**What to do**
The data below holds the lines to copy: everything from the line containing "#13=CARTESIAN_POINT('',(-0.4,250.,0.));" to the line containing "#44=ADVANCED_FACE('',(#40),#43,.T.);", both ends included, set down exactly.

**Raw data**
|---|

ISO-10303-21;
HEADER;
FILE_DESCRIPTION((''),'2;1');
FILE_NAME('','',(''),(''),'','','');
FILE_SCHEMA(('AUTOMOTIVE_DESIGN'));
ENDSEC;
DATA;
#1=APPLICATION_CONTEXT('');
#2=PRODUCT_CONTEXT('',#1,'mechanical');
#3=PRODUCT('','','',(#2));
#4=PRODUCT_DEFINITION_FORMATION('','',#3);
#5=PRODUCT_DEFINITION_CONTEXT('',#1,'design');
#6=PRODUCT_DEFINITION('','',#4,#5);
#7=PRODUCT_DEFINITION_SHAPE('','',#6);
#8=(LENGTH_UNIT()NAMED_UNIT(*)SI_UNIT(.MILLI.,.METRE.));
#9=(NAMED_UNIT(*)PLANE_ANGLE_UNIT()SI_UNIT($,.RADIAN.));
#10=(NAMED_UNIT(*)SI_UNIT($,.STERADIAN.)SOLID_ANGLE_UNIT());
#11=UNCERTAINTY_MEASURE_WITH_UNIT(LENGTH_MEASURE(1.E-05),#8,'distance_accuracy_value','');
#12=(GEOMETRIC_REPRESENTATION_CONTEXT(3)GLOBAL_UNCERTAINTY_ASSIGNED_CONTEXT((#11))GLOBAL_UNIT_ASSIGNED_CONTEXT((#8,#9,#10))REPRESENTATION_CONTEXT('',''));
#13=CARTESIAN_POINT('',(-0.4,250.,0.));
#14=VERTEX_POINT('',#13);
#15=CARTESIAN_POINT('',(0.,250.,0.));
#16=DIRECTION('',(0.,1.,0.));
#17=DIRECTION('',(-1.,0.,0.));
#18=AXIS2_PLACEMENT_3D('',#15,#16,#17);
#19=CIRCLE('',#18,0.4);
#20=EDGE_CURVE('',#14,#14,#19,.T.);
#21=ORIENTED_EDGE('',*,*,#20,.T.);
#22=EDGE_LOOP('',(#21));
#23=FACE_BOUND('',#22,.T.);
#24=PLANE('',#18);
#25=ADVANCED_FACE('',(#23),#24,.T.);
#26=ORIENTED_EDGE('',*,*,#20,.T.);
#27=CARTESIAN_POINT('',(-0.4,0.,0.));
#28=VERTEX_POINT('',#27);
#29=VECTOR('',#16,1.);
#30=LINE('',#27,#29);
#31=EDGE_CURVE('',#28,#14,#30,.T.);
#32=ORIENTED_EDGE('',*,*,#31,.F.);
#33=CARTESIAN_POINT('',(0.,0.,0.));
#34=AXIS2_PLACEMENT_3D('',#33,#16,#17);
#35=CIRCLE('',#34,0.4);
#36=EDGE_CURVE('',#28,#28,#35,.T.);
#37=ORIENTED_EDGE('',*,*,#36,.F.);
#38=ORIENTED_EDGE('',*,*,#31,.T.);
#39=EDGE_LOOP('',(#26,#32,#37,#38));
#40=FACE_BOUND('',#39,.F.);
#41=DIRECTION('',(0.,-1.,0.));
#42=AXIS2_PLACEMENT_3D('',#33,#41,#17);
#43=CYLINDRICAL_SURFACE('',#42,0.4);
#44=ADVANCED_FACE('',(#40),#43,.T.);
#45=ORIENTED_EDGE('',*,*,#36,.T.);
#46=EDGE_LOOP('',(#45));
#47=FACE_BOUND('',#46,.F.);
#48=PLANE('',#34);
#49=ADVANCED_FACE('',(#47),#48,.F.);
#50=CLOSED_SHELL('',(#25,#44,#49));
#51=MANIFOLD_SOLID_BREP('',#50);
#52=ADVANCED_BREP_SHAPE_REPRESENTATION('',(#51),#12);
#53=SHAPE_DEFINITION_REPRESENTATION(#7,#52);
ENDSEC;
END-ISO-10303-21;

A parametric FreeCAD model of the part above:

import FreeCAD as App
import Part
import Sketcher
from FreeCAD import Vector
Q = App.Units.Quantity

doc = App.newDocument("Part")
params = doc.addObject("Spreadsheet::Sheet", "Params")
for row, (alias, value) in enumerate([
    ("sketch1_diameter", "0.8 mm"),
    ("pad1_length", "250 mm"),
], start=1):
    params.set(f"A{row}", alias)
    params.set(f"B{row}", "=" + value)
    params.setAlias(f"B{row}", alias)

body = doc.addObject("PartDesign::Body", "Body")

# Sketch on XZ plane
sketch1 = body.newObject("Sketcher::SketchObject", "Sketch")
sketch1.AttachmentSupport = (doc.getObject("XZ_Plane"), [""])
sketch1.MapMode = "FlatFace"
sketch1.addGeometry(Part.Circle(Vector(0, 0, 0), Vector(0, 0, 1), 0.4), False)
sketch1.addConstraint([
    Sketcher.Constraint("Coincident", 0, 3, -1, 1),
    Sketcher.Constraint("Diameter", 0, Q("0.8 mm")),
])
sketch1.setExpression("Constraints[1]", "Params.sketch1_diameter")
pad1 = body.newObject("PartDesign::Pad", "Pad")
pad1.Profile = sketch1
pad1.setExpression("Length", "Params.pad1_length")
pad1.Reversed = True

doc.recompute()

|---|

**Finished task**
#13=CARTESIAN_POINT('',(-0.4,250.,0.));
#14=VERTEX_POINT('',#13);
#15=CARTESIAN_POINT('',(0.,250.,0.));
#16=DIRECTION('',(0.,1.,0.));
#17=DIRECTION('',(-1.,0.,0.));
#18=AXIS2_PLACEMENT_3D('',#15,#16,#17);
#19=CIRCLE('',#18,0.4);
#20=EDGE_CURVE('',#14,#14,#19,.T.);
#21=ORIENTED_EDGE('',*,*,#20,.T.);
#22=EDGE_LOOP('',(#21));
#23=FACE_BOUND('',#22,.T.);
#24=PLANE('',#18);
#25=ADVANCED_FACE('',(#23),#24,.T.);
#26=ORIENTED_EDGE('',*,*,#20,.T.);
#27=CARTESIAN_POINT('',(-0.4,0.,0.));
#28=VERTEX_POINT('',#27);
#29=VECTOR('',#16,1.);
#30=LINE('',#27,#29);
#31=EDGE_CURVE('',#28,#14,#30,.T.);
#32=ORIENTED_EDGE('',*,*,#31,.F.);
#33=CARTESIAN_POINT('',(0.,0.,0.));
#34=AXIS2_PLACEMENT_3D('',#33,#16,#17);
#35=CIRCLE('',#34,0.4);
#36=EDGE_CURVE('',#28,#28,#35,.T.);
#37=ORIENTED_EDGE('',*,*,#36,.F.);
#38=ORIENTED_EDGE('',*,*,#31,.T.);
#39=EDGE_LOOP('',(#26,#32,#37,#38));
#40=FACE_BOUND('',#39,.F.);
#41=DIRECTION('',(0.,-1.,0.));
#42=AXIS2_PLACEMENT_3D('',#33,#41,#17);
#43=CYLINDRICAL_SURFACE('',#42,0.4);
#44=ADVANCED_FACE('',(#40),#43,.T.);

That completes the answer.